On 11/8/22 00:57, Niklas Cassel wrote:
On Mon, Nov 07, 2022 at 05:01:53PM +0000, John Garry wrote:
On 07/11/2022 16:10, Niklas Cassel wrote:
scsi_queue_rq() will check if scsi_host_in_recovery() (state is
SHOST_RECOVERY), and if so, it will _not_ issue a command via:
scsi_dispatch_cmd() -> host->hostt->queuecommand() (ata_scsi_queuecmd())
-> __ata_scsi_queuecmd() -> ata_scsi_translate() -> ata_qc_issue()
Before commit e494f6a72839 ("[SCSI] improved eh timeout handler"),
when receiving a TFES error IRQ, this was the call chain:
ahci_error_intr() -> ata_port_abort() -> ata_do_link_abort() ->
ata_qc_complete() -> ata_qc_schedule_eh() -> blk_abort_request() ->
blk_rq_timed_out() -> q->rq_timed_out_fn() (scsi_times_out()) ->
scsi_eh_scmd_add() -> scsi_host_set_state(shost, SHOST_RECOVERY)

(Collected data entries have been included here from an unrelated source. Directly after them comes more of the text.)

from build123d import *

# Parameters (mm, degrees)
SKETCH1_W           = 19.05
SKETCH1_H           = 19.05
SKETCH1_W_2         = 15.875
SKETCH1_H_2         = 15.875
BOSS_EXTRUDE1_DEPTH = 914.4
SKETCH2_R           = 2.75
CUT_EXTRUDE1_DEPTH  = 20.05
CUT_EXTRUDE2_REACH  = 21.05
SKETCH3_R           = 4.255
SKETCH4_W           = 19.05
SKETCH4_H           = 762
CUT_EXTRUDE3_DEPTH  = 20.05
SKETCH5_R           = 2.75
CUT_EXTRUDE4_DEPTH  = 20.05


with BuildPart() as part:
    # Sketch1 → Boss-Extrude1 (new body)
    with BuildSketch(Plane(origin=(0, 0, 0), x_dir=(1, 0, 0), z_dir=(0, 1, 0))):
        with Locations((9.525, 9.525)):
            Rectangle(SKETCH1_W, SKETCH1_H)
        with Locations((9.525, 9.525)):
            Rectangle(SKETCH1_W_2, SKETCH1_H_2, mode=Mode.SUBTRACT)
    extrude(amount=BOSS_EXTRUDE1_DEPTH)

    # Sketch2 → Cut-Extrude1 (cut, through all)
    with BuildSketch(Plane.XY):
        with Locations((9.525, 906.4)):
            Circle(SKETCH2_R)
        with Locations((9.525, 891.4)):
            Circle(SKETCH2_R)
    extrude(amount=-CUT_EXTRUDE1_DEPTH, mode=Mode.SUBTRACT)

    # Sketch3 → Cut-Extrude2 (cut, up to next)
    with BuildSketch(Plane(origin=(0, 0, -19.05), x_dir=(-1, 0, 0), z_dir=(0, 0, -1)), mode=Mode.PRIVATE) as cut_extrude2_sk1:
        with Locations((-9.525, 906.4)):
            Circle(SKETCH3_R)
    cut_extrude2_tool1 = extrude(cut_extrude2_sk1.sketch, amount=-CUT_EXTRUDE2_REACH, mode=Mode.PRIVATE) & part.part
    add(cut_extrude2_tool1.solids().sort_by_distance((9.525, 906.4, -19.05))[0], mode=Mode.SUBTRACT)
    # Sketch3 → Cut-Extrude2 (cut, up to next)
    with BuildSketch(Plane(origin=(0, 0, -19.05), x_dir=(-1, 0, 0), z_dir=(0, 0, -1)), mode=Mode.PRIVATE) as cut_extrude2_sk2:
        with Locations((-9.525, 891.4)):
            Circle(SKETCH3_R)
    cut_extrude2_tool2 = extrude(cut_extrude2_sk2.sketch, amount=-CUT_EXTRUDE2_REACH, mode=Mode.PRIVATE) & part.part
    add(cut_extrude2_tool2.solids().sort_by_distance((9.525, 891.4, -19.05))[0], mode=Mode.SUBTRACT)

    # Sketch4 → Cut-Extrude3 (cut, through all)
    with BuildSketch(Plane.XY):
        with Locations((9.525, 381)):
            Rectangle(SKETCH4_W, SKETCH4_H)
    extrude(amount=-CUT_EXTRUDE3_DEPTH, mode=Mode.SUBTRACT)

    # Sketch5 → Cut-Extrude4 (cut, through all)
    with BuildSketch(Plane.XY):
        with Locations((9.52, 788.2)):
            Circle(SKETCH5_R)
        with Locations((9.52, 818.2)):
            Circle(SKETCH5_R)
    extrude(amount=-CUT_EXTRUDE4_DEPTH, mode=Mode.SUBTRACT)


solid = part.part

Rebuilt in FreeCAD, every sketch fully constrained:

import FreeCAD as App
import Part
import Sketcher

V = App.Vector
Q = App.Units.Quantity

doc = App.newDocument("Part")
body = doc.addObject("PartDesign::Body", "Body")

# Sketch on XZ plane
sketch1 = doc.addObject("Sketcher::SketchObject", "Sketch")
body.addObject(sketch1)
sketch1.AttachmentSupport = (doc.XZ_Plane, [""])
sketch1.MapMode = "FlatFace"
sketch1.addGeometry([
    Part.LineSegment(V(0, -19.05, 0), V(0, 0, 0)),  # 0
    Part.LineSegment(V(0, 0, 0), V(19.05, 0, 0)),  # 1
    Part.LineSegment(V(19.05, 0, 0), V(19.05, -19.05, 0)),  # 2
    Part.LineSegment(V(19.05, -19.05, 0), V(0, -19.05, 0)),  # 3
    Part.LineSegment(V(17.4625, -1.5875, 0), V(1.5875, -1.5875, 0)),  # 4
    Part.LineSegment(V(1.5875, -1.5875, 0), V(1.5875, -17.4625, 0)),  # 5
    Part.LineSegment(V(1.5875, -17.4625, 0), V(17.4625, -17.4625, 0)),  # 6
    Part.LineSegment(V(17.4625, -17.4625, 0), V(17.4625, -1.5875, 0)),  # 7
], False)
sketch1.addConstraint([
    Sketcher.Constraint("Coincident", 0, 2, 1, 1),
    Sketcher.Constraint("Coincident", 1, 2, 2, 1),
    Sketcher.Constraint("Coincident", 2, 2, 3, 1),
    Sketcher.Constraint("Coincident", 3, 2, 0, 1),
    Sketcher.Constraint("Coincident", 4, 2, 5, 1),
    Sketcher.Constraint("Coincident", 5, 2, 6, 1),
    Sketcher.Constraint("Coincident", 6, 2, 7, 1),
    Sketcher.Constraint("Coincident", 7, 2, 4, 1),
    Sketcher.Constraint("Vertical", 0),
    Sketcher.Constraint("Horizontal", 1),
    Sketcher.Constraint("Vertical", 2),
    Sketcher.Constraint("Horizontal", 3),
    Sketcher.Constraint("Horizontal", 4),
    Sketcher.Constraint("Vertical", 5),
    Sketcher.Constraint("Horizontal", 6),
    Sketcher.Constraint("Vertical", 7),
    Sketcher.Constraint("Coincident", 0, 2, -1, 1),
    Sketcher.Constraint("Equal", 3, 0),
    Sketcher.Constraint("Equal", 6, 5),
    Sketcher.Constraint("DistanceX", 1, 1, 1, 2, Q("0.75 in")),
    Sketcher.Constraint("DistanceX", 4, 2, 4, 1, Q("0.625 in")),
    Sketcher.Constraint("DistanceX", -1, 1, 4, 2, Q("0.0625 in")),
    Sketcher.Constraint("DistanceY", 4, 2, -1, 1, Q("0.0625 in")),
])
pad1 = doc.addObject("PartDesign::Pad", "Pad")
body.addObject(pad1)
pad1.Profile = sketch1
pad1.Length = Q("36 in")
pad1.Reversed = True

# Sketch on XY plane
sketch2 = doc.addObject("Sketcher::SketchObject", "Sketch001")
body.addObject(sketch2)
sketch2.AttachmentSupport = (doc.XY_Plane, [""])
sketch2.MapMode = "FlatFace"
sketch2.addGeometry([
    Part.Circle(V(9.525, 906.4, 0), V(0, 0, 1), 2.75),
    Part.Circle(V(9.525, 891.4, 0), V(0, 0, 1), 2.75),
], False)
sketch2.addConstraint([
    Sketcher.Constraint("Equal", 0, 1),
    Sketcher.Constraint("Vertical", 0, 3, 1, 3),
    Sketcher.Constraint("Diameter", 0, Q("5.5 mm")),
    Sketcher.Constraint("DistanceX", -1, 1, 0, 3, Q("0.375 in")),
    Sketcher.Constraint("DistanceY", -1, 1, 0, 3, Q("906.4 mm")),
    Sketcher.Constraint("DistanceY", -1, 1, 1, 3, Q("891.4 mm")),
])
pocket1 = doc.addObject("PartDesign::Pocket", "Pocket")
body.addObject(pocket1)
pocket1.Profile = sketch2
pocket1.Type = "ThroughAll"

# Sketch on XY plane
sketch3 = doc.addObject("Sketcher::SketchObject", "Sketch002")
body.addObject(sketch3)
sketch3.AttachmentSupport = (doc.XY_Plane, [""])
sketch3.MapMode = "FlatFace"
sketch3.AttachmentOffset = App.Placement(V(0, 0, -0.75 * 25.4), App.Rotation())
sketch3.addGeometry(Part.Circle(V(9.525, 906.4, 0), V(0, 0, 1), 4.255), False)
sketch3.addConstraint([
    Sketcher.Constraint("Diameter", 0, Q("8.51 mm")),
    Sketcher.Constraint("DistanceX", -1, 1, 0, 3, Q("0.375 in")),
    Sketcher.Constraint("DistanceY", -1, 1, 0, 3, Q("906.4 mm")),
])
pocket2 = doc.addObject("PartDesign::Pocket", "Pocket001")
body.addObject(pocket2)
pocket2.Profile = sketch3
pocket2.Length = Q("0.0625 in")
pocket2.Reversed = True

# Sketch on XY plane
sketch4 = doc.addObject("Sketcher::SketchObject", "Sketch003")
body.addObject(sketch4)
sketch4.AttachmentSupport = (doc.XY_Plane, [""])
sketch4.MapMode = "FlatFace"
sketch4.AttachmentOffset = App.Placement(V(0, 0, -0.75 * 25.4), App.Rotation())
sketch4.addGeometry(Part.Circle(V(9.525, 891.4, 0), V(0, 0, 1), 4.255), False)
sketch4.addConstraint([
    Sketcher.Constraint("Diameter", 0, Q("8.51 mm")),
    Sketcher.Constraint("DistanceX", -1, 1, 0, 3, Q("0.375 in")),
    Sketcher.Constraint("DistanceY", -1, 1, 0, 3, Q("891.4 mm")),
])
pocket3 = doc.addObject("PartDesign::Pocket", "Pocket002")
body.addObject(pocket3)
pocket3.Profile = sketch4
pocket3.Length = Q("0.0625 in")
pocket3.Reversed = True

# Sketch on XY plane
sketch5 = doc.addObject("Sketcher::SketchObject", "Sketch004")
body.addObject(sketch5)
sketch5.AttachmentSupport = (doc.XY_Plane, [""])
sketch5.MapMode = "FlatFace"
sketch5.addGeometry([
    Part.LineSegment(V(0, 762, 0), V(0, 0, 0)),
    Part.LineSegment(V(0, 0, 0), V(19.05, 0, 0)),
    Part.LineSegment(V(19.05, 0, 0), V(19.05, 762, 0)),
    Part.LineSegment(V(19.05, 762, 0), V(0, 762, 0)),
], False)
sketch5.addConstraint([
    Sketcher.Constraint("Coincident", 0, 2, 1, 1),
    Sketcher.Constraint("Coincident", 1, 2, 2, 1),
    Sketcher.Constraint("Coincident", 2, 2, 3, 1),
    Sketcher.Constraint("Coincident", 3, 2, 0, 1),
    Sketcher.Constraint("Vertical", 0),
    Sketcher.Constraint("Horizontal", 1),
    Sketcher.Constraint("Vertical", 2),
    Sketcher.Constraint("Horizontal", 3),
    Sketcher.Constraint("Coincident", 0, 2, -1, 1),
    Sketcher.Constraint("DistanceY", 0, 2, 0, 1, Q("30 in")),
    Sketcher.Constraint("DistanceX", 1, 1, 1, 2, Q("0.75 in")),
])
pocket4 = doc.addObject("PartDesign::Pocket", "Pocket003")
body.addObject(pocket4)
pocket4.Profile = sketch5
pocket4.Type = "ThroughAll"

# Sketch on XY plane
sketch6 = doc.addObject("Sketcher::SketchObject", "Sketch005")
body.addObject(sketch6)
sketch6.AttachmentSupport = (doc.XY_Plane, [""])
sketch6.MapMode = "FlatFace"
sketch6.addGeometry([
    Part.Circle(V(9.52, 788.2, 0), V(0, 0, 1), 2.75),
    Part.Circle(V(9.52, 818.2, 0), V(0, 0, 1), 2.75),
], False)
sketch6.addConstraint([
    Sketcher.Constraint("Equal", 0, 1),
    Sketcher.Constraint("Vertical", 0, 3, 1, 3),
    Sketcher.Constraint("Diameter", 0, Q("5.5 mm")),
    Sketcher.Constraint("DistanceX", -1, 1, 0, 3, Q("9.52 mm")),
    Sketcher.Constraint("DistanceY", -1, 1, 0, 3, Q("788.2 mm")),
    Sketcher.Constraint("DistanceY", -1, 1, 1, 3, Q("818.2 mm")),
])
pocket5 = doc.addObject("PartDesign::Pocket", "Pocket004")
body.addObject(pocket5)
pocket5.Profile = sketch6
pocket5.Type = "ThroughAll"

doc.recompute()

Which meant that as soon as the error IRQ was serviced, no additional
commands sent from the block layer (scsi_queue_rq()) would be sent down
to the device. (ATA internal commands originating for ATA EH could of
course still be sent.)
However, after commit e494f6a72839 ("[SCSI] improved eh timeout handler"),
scsi_times_out() would instead result in a call to scsi_abort_command() ->
queue_delayed_work(). work function: scmd_eh_abort_handler() would call
scsi_eh_scmd_add(), which calls scsi_host_set_state(shost, SHOST_RECOVERY).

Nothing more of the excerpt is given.